The Staff Sergeant Christopher Potts Sakonnet River Bridge, commonly referred to as the Sakonnet River Bridge, is a four-lane bridge spanning the Sakonnet River in eastern Rhode Island. The bridge carries RI 24 and RI 138 between the communities of Portsmouth and Tiverton, Rhode Island. The current bridge is a box girder bridge that opened in 2012 at a cost of US$120 million. The previous bridge was a truss bridge that was built in 1956 and demolished in 2012 due to severe structural deficiencies. The truss bridge had previously served as a replacement for the Stone Bridge, about 0.8 mi to the south.

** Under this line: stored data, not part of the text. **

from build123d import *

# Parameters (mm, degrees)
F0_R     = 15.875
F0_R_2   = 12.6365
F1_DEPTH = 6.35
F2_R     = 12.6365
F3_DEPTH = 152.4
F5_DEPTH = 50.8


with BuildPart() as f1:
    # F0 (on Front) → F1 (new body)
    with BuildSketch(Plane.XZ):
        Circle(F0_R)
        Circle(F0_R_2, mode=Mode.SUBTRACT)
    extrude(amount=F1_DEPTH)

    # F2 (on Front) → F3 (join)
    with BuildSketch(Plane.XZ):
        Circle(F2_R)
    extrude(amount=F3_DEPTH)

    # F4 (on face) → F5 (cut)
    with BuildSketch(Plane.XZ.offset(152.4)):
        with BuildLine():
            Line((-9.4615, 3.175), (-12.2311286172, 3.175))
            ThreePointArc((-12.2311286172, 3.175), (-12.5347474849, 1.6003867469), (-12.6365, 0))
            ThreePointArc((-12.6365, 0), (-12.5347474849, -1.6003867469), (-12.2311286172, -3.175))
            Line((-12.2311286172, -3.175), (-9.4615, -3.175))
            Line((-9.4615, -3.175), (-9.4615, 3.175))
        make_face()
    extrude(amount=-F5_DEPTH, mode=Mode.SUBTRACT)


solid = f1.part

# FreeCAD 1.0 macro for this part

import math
import FreeCAD as App
import Part
import Sketcher
Q = App.Units.Quantity

doc = App.newDocument("Part")
body = doc.addObject("PartDesign::Body", "Body")

sketch1 = doc.addObject("Sketcher::SketchObject", "Sketch")
body.addObject(sketch1)
sketch1.AttachmentSupport = (doc.XZ_Plane, [""])
sketch1.MapMode = "FlatFace"
sketch1.addGeometry([
    Part.Circle(App.Vector(0, 0, 0), App.Vector(0, 0, 1), 16),
    Part.Circle(App.Vector(0, 0, 0), App.Vector(0, 0, 1), 13),
], False)
sketch1.addConstraint([
    Sketcher.Constraint("Coincident", 0, 3, -1, 1),
    Sketcher.Constraint("Coincident", 1, 3, -1, 1),
    Sketcher.Constraint("Diameter", 0, Q("1.25 in")),
    Sketcher.Constraint("Diameter", 1, Q("0.995 in")),
])
pad1 = doc.addObject("PartDesign::Pad", "Pad")
body.addObject(pad1)
pad1.Profile = sketch1
pad1.Length = Q("0.25 in")

sketch2 = doc.addObject("Sketcher::SketchObject", "Sketch001")
body.addObject(sketch2)
sketch2.AttachmentSupport = (doc.XZ_Plane, [""])
sketch2.MapMode = "FlatFace"
sketch2.addGeometry(Part.Circle(App.Vector(0, 0, 0), App.Vector(0, 0, 1), 13), False)
sketch2.addConstraint([
    Sketcher.Constraint("Coincident", 0, 3, -1, 1),
    Sketcher.Constraint("Diameter", 0, Q("0.995 in")),
])
pad2 = doc.addObject("PartDesign::Pad", "Pad001")
body.addObject(pad2)
pad2.Profile = sketch2
pad2.Length = Q("6 in")

sketch3 = doc.addObject("Sketcher::SketchObject", "Sketch002")
body.addObject(sketch3)
sketch3.AttachmentSupport = (doc.XZ_Plane, [""])
sketch3.MapMode = "FlatFace"
sketch3.AttachmentOffset = App.Placement(App.Vector(0, 0, 6 * 25.4), App.Rotation())
sketch3.addGeometry([
    Part.LineSegment(App.Vector(-9.5, 3.2, 0), App.Vector(-12.2, 3.2, 0)),
    Part.ArcOfCircle(Part.Circle(App.Vector(0, 0, 0), App.Vector(0, 0, 1), 12.6), math.radians(165.45), math.radians(180)),
    Part.ArcOfCircle(Part.Circle(App.Vector(0, 0, 0), App.Vector(0, 0, 1), 12.6), math.radians(180), math.radians(194.55)),
    Part.LineSegment(App.Vector(-12.2, -3.2, 0), App.Vector(-9.5, -3.2, 0)),
    Part.LineSegment(App.Vector(-9.5, -3.2, 0), App.Vector(-9.5, 3.2, 0)),
], False)
sketch3.addConstraint([
    Sketcher.Constraint("Coincident", 0, 2, 1, 1),
    Sketcher.Constraint("Tangent", 1, 2, 2, 1),
    Sketcher.Constraint("Coincident", 2, 2, 3, 1),
    Sketcher.Constraint("Coincident", 3, 2, 4, 1),
    Sketcher.Constraint("Coincident", 4, 2, 0, 1),
    Sketcher.Constraint("Horizontal", 0),
    Sketcher.Constraint("Horizontal", 3),
    Sketcher.Constraint("Vertical", 4),
    Sketcher.Constraint("Coincident", 1, 3, -1, 1),
    Sketcher.Constraint("Equal", 1, 2),
    Sketcher.Constraint("PointOnObject", 1, 2, -1),
    Sketcher.Constraint("Vertical", 0, 2, 2, 2),
    Sketcher.Constraint("DistanceY", 4, 1, 4, 2, Q("0.25 in")),
    Sketcher.Constraint("Radius", 1, Q("0.4975 in")),
    Sketcher.Constraint("DistanceX", 1, 2, 3, 2, Q("0.125 in")),
])
pocket1 = doc.addObject("PartDesign::Pocket", "Pocket")
body.addObject(pocket1)
pocket1.Profile = sketch3
pocket1.Length = Q("2 in")

doc.recompute()
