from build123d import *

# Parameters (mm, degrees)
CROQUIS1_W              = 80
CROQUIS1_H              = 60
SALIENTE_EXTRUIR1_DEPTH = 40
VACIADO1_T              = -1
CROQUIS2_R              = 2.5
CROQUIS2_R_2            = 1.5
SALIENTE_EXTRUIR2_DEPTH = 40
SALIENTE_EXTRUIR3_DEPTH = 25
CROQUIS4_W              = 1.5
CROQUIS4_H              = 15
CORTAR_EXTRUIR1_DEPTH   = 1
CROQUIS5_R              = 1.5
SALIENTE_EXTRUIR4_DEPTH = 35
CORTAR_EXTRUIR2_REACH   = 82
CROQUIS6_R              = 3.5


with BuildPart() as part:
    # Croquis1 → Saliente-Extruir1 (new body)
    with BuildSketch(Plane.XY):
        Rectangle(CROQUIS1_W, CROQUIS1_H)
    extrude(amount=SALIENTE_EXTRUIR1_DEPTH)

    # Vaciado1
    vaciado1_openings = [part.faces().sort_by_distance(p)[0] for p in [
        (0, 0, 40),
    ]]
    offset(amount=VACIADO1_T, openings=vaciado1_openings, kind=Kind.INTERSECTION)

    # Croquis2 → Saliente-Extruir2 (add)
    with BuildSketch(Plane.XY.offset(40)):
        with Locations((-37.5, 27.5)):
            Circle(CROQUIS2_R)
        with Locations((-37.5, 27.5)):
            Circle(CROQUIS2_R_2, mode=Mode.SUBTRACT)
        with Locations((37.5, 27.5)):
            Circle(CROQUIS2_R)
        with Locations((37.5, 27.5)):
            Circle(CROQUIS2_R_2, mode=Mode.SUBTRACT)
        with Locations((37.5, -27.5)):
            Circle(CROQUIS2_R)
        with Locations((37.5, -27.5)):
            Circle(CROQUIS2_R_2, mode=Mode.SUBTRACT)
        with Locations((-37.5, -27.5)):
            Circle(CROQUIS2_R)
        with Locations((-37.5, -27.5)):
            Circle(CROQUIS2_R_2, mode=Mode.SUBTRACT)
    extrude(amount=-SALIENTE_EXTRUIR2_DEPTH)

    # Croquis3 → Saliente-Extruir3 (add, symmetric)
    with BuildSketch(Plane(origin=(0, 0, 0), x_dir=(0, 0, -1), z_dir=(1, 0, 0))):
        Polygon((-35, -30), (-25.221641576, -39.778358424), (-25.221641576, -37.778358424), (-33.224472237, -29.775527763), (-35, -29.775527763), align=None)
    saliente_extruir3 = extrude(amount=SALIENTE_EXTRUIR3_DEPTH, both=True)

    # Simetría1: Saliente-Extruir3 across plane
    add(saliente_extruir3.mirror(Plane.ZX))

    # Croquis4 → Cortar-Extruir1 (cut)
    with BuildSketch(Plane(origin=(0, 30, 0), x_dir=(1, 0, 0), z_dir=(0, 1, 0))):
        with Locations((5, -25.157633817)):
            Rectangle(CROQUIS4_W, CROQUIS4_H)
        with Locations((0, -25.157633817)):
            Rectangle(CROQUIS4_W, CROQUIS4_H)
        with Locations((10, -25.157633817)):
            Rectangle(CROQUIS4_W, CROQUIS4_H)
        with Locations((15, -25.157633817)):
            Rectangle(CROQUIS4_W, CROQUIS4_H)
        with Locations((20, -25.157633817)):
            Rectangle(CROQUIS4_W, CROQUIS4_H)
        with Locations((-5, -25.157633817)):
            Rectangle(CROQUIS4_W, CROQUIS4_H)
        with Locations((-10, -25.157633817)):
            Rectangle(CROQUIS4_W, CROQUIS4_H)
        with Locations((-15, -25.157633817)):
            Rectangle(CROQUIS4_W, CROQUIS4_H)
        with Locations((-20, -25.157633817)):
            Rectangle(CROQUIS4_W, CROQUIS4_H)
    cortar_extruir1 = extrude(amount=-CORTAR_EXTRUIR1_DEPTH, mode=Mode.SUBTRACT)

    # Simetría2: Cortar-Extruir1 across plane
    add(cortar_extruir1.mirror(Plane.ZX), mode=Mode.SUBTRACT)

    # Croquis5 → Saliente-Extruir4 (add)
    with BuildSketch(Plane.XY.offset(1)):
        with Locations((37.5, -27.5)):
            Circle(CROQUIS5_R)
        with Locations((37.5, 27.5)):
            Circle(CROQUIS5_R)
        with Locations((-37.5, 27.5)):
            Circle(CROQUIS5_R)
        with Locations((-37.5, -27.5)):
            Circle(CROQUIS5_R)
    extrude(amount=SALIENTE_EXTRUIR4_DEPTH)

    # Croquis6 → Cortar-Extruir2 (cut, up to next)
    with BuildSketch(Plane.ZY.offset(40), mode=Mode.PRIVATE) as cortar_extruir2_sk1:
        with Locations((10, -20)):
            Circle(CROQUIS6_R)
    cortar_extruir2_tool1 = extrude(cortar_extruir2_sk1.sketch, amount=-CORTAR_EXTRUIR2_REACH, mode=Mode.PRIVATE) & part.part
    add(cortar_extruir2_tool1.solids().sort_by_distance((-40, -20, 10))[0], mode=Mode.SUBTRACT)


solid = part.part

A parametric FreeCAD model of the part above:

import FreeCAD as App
import Part
import Sketcher
Q = App.Units.Quantity


def faces_at(feature, points):
    """Names of the faces that lie closest to the given points."""
    faces = feature.Shape.Faces
    near = lambda p: min(range(len(faces)), key=lambda i: faces[i].distToShape(Part.Vertex(*p))[0])
    return sorted({f"Face{near(p) + 1}" for p in points})

doc = App.newDocument("Part")
body = doc.addObject("PartDesign::Body", "Body")

# Sketch on XY plane
sketch1 = body.newObject("Sketcher::SketchObject", "Sketch")
sketch1.AttachmentSupport = (doc.getObject("XY_Plane"), [""])
sketch1.MapMode = "FlatFace"
sketch1.addGeometry([
    Part.LineSegment(App.Vector(-40, 30, 0), App.Vector(-40, -30, 0)),
    Part.LineSegment(App.Vector(-40, -30, 0), App.Vector(40, -30, 0)),
    Part.LineSegment(App.Vector(40, -30, 0), App.Vector(40, 30, 0)),
    Part.LineSegment(App.Vector(40, 30, 0), App.Vector(-40, 30, 0)),
], False)
sketch1.addConstraint([
    Sketcher.Constraint("Coincident", 0, 2, 1, 1),
    Sketcher.Constraint("Coincident", 1, 2, 2, 1),
    Sketcher.Constraint("Coincident", 2, 2, 3, 1),
    Sketcher.Constraint("Coincident", 3, 2, 0, 1),
    Sketcher.Constraint("Vertical", 0),
    Sketcher.Constraint("Horizontal", 1),
    Sketcher.Constraint("Vertical", 2),
    Sketcher.Constraint("Horizontal", 3),
    Sketcher.Constraint("Symmetric", 0, 2, 2, 2, -1, 1),
    Sketcher.Constraint("DistanceX", 1, 1, 1, 2, Q("80 mm")),
    Sketcher.Constraint("DistanceY", 0, 2, 0, 1, Q("60 mm")),
])
pad1 = body.newObject("PartDesign::Pad", "Pad")
pad1.Profile = sketch1
pad1.Length = 40
doc.recompute()

thickness = body.newObject("PartDesign::Thickness", "Thickness")
thickness.Base = (pad1, faces_at(pad1, [(0, 0, 40)]))
thickness.Value = 1
thickness.Reversed = True
thickness.Join = "Intersection"

# Sketch on XY plane
sketch2 = body.newObject("Sketcher::SketchObject", "Sketch001")
sketch2.AttachmentSupport = (doc.getObject("XY_Plane"), [""])
sketch2.MapMode = "FlatFace"
sketch2.AttachmentOffset = App.Placement(App.Vector(0, 0, 40), App.Rotation())
sketch2.addGeometry([
    Part.Circle(App.Vector(-37.5, 27.5, 0), App.Vector(0, 0, 1), 2.5),  # 0
    Part.Circle(App.Vector(-37.5, 27.5, 0), App.Vector(0, 0, 1), 1.5),  # 1
    Part.Circle(App.Vector(37.5, 27.5, 0), App.Vector(0, 0, 1), 2.5),  # 2
    Part.Circle(App.Vector(37.5, 27.5, 0), App.Vector(0, 0, 1), 1.5),  # 3
    Part.Circle(App.Vector(37.5, -27.5, 0), App.Vector(0, 0, 1), 2.5),  # 4
    Part.Circle(App.Vector(37.5, -27.5, 0), App.Vector(0, 0, 1), 1.5),  # 5
    Part.Circle(App.Vector(-37.5, -27.5, 0), App.Vector(0, 0, 1), 2.5),  # 6
    Part.Circle(App.Vector(-37.5, -27.5, 0), App.Vector(0, 0, 1), 1.5),  # 7
], False)
sketch2.addConstraint([
    Sketcher.Constraint("Coincident", 1, 3, 0, 3),
    Sketcher.Constraint("Coincident", 3, 3, 2, 3),
    Sketcher.Constraint("Coincident", 5, 3, 4, 3),
    Sketcher.Constraint("Coincident", 7, 3, 6, 3),
    Sketcher.Constraint("Equal", 0, 2),
    Sketcher.Constraint("Equal", 1, 3),
    Sketcher.Constraint("Equal", 2, 4),
    Sketcher.Constraint("Equal", 3, 5),
    Sketcher.Constraint("Equal", 4, 6),
    Sketcher.Constraint("Equal", 5, 7),
    Sketcher.Constraint("Symmetric", 0, 3, 4, 3, -1, 1),
    Sketcher.Constraint("Symmetric", 2, 3, 6, 3, -1, 1),
    Sketcher.Constraint("Symmetric", 0, 3, 2, 3, -2),
    Sketcher.Constraint("Diameter", 0, Q("5 mm")),
    Sketcher.Constraint("Diameter", 1, Q("3 mm")),
    Sketcher.Constraint("DistanceX", 0, 3, 2, 3, Q("75 mm")),
    Sketcher.Constraint("DistanceY", 4, 3, 2, 3, Q("55 mm")),
])
pad2 = body.newObject("PartDesign::Pad", "Pad001")
pad2.Profile = sketch2
pad2.Length = 40
pad2.Reversed = True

It became part of RI 24 during the 1960s after the completion of the Portsmouth and Tiverton Expressways. At one point, it was briefly considered for inclusion as part of the never-built Interstate 895. In October 2023, the Rhode Island Department of Transportation announced plans to remove the rest of the bridge, and have scheduled the project for 2026. The department started demolishing the bridge superstructure in 2018.

In 2025, the bridge was renamed to honor Staff Sergeant Christopher Potts, a Rhode Island National Guardsman who resided nearby and was killed in 2004 while deployed to Iraq during the war on terror.

==Tolls==
In 2003, state officials declared that there would be no tolls on the bridge, but Governor Lincoln Chafee reversed this decision in 2012.

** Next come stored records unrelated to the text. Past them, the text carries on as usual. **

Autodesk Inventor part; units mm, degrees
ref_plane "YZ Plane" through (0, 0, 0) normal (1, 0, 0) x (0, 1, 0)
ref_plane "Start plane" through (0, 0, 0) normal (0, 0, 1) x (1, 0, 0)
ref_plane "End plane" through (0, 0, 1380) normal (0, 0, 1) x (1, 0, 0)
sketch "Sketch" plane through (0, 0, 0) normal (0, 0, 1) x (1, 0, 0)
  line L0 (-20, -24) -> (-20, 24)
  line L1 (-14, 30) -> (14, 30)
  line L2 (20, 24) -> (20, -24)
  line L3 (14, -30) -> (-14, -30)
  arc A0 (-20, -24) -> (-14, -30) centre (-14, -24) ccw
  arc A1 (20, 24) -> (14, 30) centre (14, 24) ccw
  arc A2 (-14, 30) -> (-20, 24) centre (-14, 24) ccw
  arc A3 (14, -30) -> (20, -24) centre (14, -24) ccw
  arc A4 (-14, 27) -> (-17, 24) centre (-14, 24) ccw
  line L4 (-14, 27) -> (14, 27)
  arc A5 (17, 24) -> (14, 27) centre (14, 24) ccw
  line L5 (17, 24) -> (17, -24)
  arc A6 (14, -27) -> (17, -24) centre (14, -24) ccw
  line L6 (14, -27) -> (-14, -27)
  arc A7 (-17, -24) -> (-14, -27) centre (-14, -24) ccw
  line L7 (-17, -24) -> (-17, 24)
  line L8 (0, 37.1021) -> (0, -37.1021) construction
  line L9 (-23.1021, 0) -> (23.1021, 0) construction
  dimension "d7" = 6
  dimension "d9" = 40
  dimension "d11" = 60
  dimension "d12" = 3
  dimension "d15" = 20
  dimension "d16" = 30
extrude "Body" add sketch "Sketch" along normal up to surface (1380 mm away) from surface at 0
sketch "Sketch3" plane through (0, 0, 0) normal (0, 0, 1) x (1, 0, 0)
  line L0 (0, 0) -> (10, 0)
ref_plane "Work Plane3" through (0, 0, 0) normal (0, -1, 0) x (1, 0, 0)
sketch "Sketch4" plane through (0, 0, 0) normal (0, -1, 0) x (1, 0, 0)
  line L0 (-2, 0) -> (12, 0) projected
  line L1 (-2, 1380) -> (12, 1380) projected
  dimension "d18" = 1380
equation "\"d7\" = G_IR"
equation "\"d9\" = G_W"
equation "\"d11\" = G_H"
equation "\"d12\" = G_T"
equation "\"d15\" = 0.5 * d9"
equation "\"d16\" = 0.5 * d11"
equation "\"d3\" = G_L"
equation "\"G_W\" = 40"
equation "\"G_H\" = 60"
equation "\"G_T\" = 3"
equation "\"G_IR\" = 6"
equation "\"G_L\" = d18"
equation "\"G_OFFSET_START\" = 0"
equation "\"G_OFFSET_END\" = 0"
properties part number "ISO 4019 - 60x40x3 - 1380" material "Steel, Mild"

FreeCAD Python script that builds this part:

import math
import FreeCAD as App
import Part
import Sketcher

V = App.Vector

doc = App.newDocument("Part")
body = doc.addObject("PartDesign::Body", "Body")

sketch1 = body.newObject("Sketcher::SketchObject", "Sketch")
sketch1.AttachmentSupport = (doc.getObject("XY_Plane"), [""])
sketch1.MapMode = "FlatFace"
sketch1.addGeometry([
    Part.LineSegment(V(-20, 24, 0), V(-20, -24, 0)),
    Part.ArcOfCircle(Part.Circle(V(-14, -24, 0), V(0, 0, 1), 6), math.radians(180), math.radians(270)),
    Part.LineSegment(V(-14, -30, 0), V(14, -30, 0)),
    Part.ArcOfCircle(Part.Circle(V(14, -24, 0), V(0, 0, 1), 6), math.radians(-90), math.radians(0)),
    Part.LineSegment(V(20, -24, 0), V(20, 24, 0)),
    Part.ArcOfCircle(Part.Circle(V(14, 24, 0), V(0, 0, 1), 6), math.radians(0), math.radians(90)),
    Part.LineSegment(V(14, 30, 0), V(-14, 30, 0)),
    Part.ArcOfCircle(Part.Circle(V(-14, 24, 0), V(0, 0, 1), 6), math.radians(90), math.radians(180)),
    Part.ArcOfCircle(Part.Circle(V(-14, 24, 0), V(0, 0, 1), 3), math.radians(90), math.radians(180)),
    Part.LineSegment(V(-14, 27, 0), V(14, 27, 0)),
    Part.ArcOfCircle(Part.Circle(V(14, 24, 0), V(0, 0, 1), 3), math.radians(0), math.radians(90)),
    Part.LineSegment(V(17, 24, 0), V(17, -24, 0)),
    Part.ArcOfCircle(Part.Circle(V(14, -24, 0), V(0, 0, 1), 3), math.radians(-90), math.radians(0)),
    Part.LineSegment(V(14, -27, 0), V(-14, -27, 0)),
    Part.ArcOfCircle(Part.Circle(V(-14, -24, 0), V(0, 0, 1), 3), math.radians(180), math.radians(270)),
    Part.LineSegment(V(-17, -24, 0), V(-17, 24, 0)),
], False)
sketch1.addConstraint([
    Sketcher.Constraint("Tangent", 0, 2, 1, 1),
    Sketcher.Constraint("Tangent", 1, 2, 2, 1),
    Sketcher.Constraint("Tangent", 2, 2, 3, 1),
    Sketcher.Constraint("Tangent", 3, 2, 4, 1),
    Sketcher.Constraint("Tangent", 4, 2, 5, 1),
    Sketcher.Constraint("Tangent", 5, 2, 6, 1),
    Sketcher.Constraint("Tangent", 6, 2, 7, 1),
    Sketcher.Constraint("Tangent", 7, 2, 0, 1),
    Sketcher.Constraint("Tangent", 8, 1, 9, 1),
    Sketcher.Constraint("Tangent", 9, 2, 10, 2),
    Sketcher.Constraint("Tangent", 10, 1, 11, 1),
    Sketcher.Constraint("Tangent", 11, 2, 12, 2),
    Sketcher.Constraint("Tangent", 12, 1, 13, 1),
    Sketcher.Constraint("Tangent", 13, 2, 14, 2),
    Sketcher.Constraint("Tangent", 14, 1, 15, 1),
    Sketcher.Constraint("Tangent", 15, 2, 8, 2),
    Sketcher.Constraint("Vertical", 0),
    Sketcher.Constraint("Horizontal", 2),
    Sketcher.Constraint("Vertical", 4),
    Sketcher.Constraint("Horizontal", 6),
    Sketcher.Constraint("Horizontal", 9),
    Sketcher.Constraint("Vertical", 11),
    Sketcher.Constraint("Horizontal", 13),
    Sketcher.Constraint("Vertical", 15),
    Sketcher.Constraint("Coincident", 8, 3, 7, 3),
    Sketcher.Constraint("Coincident", 10, 3, 5, 3),
    Sketcher.Constraint("Coincident", 12, 3, 3, 3),
    Sketcher.Constraint("Equal", 1, 3),
    Sketcher.Constraint("Equal", 3, 5),
    Sketcher.Constraint("Equal", 5, 7),
    Sketcher.Constraint("Equal", 12, 14),
    Sketcher.Constraint("Symmetric", 1, 3, 5, 3, -1, 1),
    Sketcher.Constraint("Radius", 1, 6.0),
    Sketcher.Constraint("Radius", 8, 3.0),
    Sketcher.Constraint("DistanceX", 0, 2, -1, 1, 20.0),
    Sketcher.Constraint("DistanceY", 1, 2, -1, 1, 30.0),
])
pad1 = body.newObject("PartDesign::Pad", "Pad")
pad1.Profile = sketch1
pad1.Length = 1380

doc.recompute()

The new bridge was opened in August 2013, and the Rhode Island Turnpike and Bridge Authority began collecting a 10¢ toll from drivers with an E-ZPass transponder using an open road tolling gantry. Those without E-ZPass were expected to call the Authority's office to arrange payment. The toll was imposed in order to keep open the future possibility of higher tolls due to a quirk in federal law. The Rhode Island Turnpike and Bridge Authority collected a total of $677,570 from August 2013 to May 2014.

The toll was removed in June 2014, and the Rhode Island Department of Transportation stated in 2019 that they would not impose any tolls on the bridge in the future. After the toll was removed, opponents asked for a refund of the collected money, and that all tolling equipment be dismantled.